== Segment start ==

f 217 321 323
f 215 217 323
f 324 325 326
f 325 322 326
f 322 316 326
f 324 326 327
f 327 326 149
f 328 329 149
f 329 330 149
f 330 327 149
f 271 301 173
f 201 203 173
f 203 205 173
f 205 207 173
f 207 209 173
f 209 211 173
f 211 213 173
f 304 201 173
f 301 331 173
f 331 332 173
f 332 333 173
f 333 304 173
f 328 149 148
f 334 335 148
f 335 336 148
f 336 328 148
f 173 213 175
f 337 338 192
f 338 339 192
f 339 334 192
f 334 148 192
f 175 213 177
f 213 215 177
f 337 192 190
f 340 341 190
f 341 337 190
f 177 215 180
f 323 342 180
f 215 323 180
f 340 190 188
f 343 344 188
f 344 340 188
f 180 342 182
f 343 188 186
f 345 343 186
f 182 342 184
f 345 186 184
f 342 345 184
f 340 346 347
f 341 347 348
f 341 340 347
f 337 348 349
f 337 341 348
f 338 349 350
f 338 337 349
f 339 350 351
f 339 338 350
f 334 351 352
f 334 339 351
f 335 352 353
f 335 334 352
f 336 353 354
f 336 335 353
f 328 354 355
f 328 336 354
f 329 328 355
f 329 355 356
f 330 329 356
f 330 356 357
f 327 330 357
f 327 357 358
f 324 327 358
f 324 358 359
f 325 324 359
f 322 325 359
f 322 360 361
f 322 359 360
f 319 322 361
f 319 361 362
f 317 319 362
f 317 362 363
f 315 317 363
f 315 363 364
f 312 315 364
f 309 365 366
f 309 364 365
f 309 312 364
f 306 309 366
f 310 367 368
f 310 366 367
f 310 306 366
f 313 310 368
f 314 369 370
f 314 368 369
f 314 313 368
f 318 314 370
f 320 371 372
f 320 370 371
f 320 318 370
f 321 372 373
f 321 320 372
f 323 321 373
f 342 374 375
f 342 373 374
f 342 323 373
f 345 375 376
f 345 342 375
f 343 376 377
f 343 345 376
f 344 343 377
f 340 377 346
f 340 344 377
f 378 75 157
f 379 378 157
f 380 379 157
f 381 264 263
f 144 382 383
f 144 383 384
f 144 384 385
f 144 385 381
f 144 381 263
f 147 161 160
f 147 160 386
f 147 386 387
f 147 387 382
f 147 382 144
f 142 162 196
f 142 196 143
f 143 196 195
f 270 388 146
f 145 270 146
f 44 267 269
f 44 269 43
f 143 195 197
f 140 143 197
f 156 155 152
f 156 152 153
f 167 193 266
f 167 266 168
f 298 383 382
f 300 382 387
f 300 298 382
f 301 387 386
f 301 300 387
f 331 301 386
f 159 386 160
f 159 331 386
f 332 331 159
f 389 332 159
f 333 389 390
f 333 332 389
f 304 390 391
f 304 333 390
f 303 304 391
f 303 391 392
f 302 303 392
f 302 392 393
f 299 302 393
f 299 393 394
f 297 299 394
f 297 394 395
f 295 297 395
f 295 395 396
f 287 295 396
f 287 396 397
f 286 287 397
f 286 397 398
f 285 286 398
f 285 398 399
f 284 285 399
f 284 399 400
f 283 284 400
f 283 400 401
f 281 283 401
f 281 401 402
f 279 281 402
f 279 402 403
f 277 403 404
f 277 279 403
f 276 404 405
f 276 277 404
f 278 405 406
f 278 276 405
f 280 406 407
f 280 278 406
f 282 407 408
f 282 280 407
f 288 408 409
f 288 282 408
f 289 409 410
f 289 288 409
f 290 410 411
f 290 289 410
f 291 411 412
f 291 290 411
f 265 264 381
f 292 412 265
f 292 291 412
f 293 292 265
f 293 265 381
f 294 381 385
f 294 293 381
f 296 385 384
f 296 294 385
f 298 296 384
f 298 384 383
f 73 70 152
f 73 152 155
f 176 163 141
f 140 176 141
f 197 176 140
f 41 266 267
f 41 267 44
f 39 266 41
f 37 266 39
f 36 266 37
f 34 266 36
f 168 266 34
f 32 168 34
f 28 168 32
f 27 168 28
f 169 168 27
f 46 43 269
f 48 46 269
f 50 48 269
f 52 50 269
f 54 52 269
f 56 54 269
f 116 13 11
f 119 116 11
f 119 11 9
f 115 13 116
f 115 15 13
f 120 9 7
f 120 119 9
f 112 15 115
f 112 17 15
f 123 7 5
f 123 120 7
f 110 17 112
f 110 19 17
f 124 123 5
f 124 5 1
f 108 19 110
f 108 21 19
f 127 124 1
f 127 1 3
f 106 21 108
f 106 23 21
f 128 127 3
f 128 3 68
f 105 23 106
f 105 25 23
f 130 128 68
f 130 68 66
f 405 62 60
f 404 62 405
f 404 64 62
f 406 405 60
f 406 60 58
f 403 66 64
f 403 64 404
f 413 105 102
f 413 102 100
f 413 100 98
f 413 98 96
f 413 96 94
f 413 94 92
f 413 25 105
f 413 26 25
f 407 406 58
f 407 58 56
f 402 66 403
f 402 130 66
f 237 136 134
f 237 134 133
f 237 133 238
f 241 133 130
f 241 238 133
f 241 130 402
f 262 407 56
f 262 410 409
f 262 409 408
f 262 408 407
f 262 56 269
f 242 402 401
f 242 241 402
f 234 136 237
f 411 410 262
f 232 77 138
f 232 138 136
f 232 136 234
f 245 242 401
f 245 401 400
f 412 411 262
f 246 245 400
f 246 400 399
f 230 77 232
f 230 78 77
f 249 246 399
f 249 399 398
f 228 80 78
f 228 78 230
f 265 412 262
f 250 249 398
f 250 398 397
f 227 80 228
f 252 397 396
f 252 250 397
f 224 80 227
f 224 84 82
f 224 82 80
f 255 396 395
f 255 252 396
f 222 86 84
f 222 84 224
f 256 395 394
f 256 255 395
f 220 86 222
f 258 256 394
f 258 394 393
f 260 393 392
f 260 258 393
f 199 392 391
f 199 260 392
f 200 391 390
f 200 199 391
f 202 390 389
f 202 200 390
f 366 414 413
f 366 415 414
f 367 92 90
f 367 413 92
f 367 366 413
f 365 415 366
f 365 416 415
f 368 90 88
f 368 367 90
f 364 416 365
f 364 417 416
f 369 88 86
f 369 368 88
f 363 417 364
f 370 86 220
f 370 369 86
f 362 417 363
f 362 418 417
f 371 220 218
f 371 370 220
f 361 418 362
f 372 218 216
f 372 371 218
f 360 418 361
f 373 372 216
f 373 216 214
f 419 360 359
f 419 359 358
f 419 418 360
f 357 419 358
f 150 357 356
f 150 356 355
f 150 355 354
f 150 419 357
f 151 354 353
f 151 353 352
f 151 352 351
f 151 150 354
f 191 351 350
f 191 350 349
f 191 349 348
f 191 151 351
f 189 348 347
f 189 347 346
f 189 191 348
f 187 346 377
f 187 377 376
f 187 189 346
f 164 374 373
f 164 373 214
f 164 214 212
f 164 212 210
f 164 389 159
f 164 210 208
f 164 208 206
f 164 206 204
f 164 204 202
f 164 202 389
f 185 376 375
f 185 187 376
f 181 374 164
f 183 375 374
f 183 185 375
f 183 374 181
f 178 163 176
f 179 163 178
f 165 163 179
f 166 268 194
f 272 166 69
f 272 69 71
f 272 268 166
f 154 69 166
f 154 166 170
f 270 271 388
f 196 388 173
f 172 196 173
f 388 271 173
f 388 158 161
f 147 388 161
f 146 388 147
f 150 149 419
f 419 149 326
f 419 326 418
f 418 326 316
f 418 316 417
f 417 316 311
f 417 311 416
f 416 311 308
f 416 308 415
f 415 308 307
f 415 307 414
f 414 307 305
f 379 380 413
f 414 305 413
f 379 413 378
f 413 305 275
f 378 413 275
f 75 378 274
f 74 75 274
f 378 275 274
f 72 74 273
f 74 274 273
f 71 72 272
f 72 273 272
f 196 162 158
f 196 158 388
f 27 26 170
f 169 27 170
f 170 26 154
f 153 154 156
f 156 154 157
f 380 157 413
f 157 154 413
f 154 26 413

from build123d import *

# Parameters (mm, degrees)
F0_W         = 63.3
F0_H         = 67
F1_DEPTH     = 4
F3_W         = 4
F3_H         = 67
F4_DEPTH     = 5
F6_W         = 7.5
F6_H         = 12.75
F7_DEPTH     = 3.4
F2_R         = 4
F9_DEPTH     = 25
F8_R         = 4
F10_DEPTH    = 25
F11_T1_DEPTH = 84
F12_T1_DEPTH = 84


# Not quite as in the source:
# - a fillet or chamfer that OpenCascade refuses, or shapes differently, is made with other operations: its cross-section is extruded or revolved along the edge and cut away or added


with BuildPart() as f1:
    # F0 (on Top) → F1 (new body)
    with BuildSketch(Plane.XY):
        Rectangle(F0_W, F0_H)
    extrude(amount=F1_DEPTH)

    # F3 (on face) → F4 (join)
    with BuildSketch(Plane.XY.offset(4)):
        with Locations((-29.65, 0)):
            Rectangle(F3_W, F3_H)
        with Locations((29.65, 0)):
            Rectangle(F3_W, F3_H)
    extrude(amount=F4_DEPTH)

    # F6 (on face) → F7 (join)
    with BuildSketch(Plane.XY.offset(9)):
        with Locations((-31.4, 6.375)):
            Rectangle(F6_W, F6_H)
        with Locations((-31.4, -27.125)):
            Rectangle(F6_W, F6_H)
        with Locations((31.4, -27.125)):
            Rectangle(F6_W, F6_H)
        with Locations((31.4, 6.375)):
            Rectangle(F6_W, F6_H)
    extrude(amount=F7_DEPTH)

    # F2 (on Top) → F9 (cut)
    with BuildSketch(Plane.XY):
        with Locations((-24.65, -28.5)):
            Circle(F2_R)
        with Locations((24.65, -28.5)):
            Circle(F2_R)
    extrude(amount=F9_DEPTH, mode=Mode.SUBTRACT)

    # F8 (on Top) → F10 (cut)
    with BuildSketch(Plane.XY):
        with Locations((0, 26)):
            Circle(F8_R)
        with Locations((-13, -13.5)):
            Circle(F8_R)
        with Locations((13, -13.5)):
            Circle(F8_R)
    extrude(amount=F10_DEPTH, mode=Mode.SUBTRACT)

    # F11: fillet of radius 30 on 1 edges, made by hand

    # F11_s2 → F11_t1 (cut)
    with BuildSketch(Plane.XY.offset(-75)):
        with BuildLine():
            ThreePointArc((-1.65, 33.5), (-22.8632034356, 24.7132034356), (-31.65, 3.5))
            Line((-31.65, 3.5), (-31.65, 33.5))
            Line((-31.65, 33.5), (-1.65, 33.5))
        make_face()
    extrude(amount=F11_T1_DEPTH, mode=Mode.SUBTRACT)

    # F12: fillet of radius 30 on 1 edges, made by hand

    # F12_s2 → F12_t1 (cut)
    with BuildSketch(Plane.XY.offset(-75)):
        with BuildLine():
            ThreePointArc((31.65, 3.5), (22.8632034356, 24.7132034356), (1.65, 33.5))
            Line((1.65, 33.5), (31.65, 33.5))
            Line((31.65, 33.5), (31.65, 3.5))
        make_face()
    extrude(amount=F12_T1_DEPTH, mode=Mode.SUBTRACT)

== Segment end ==

WORK TO BE COMPLETED:
Reproduce exactly the lines of the records above from the one with "f 157 154 413" to the one with "# Not quite", both included, and leave out everything else.

ANSWER FOR THIS EXERCISE:
f 157 154 413
f 154 26 413

from build123d import *

# Parameters (mm, degrees)
F0_W         = 63.3
F0_H         = 67
F1_DEPTH     = 4
F3_W         = 4
F3_H         = 67
F4_DEPTH     = 5
F6_W         = 7.5
F6_H         = 12.75
F7_DEPTH     = 3.4
F2_R         = 4
F9_DEPTH     = 25
F8_R         = 4
F10_DEPTH    = 25
F11_T1_DEPTH = 84
F12_T1_DEPTH = 84


# Not quite as in the source:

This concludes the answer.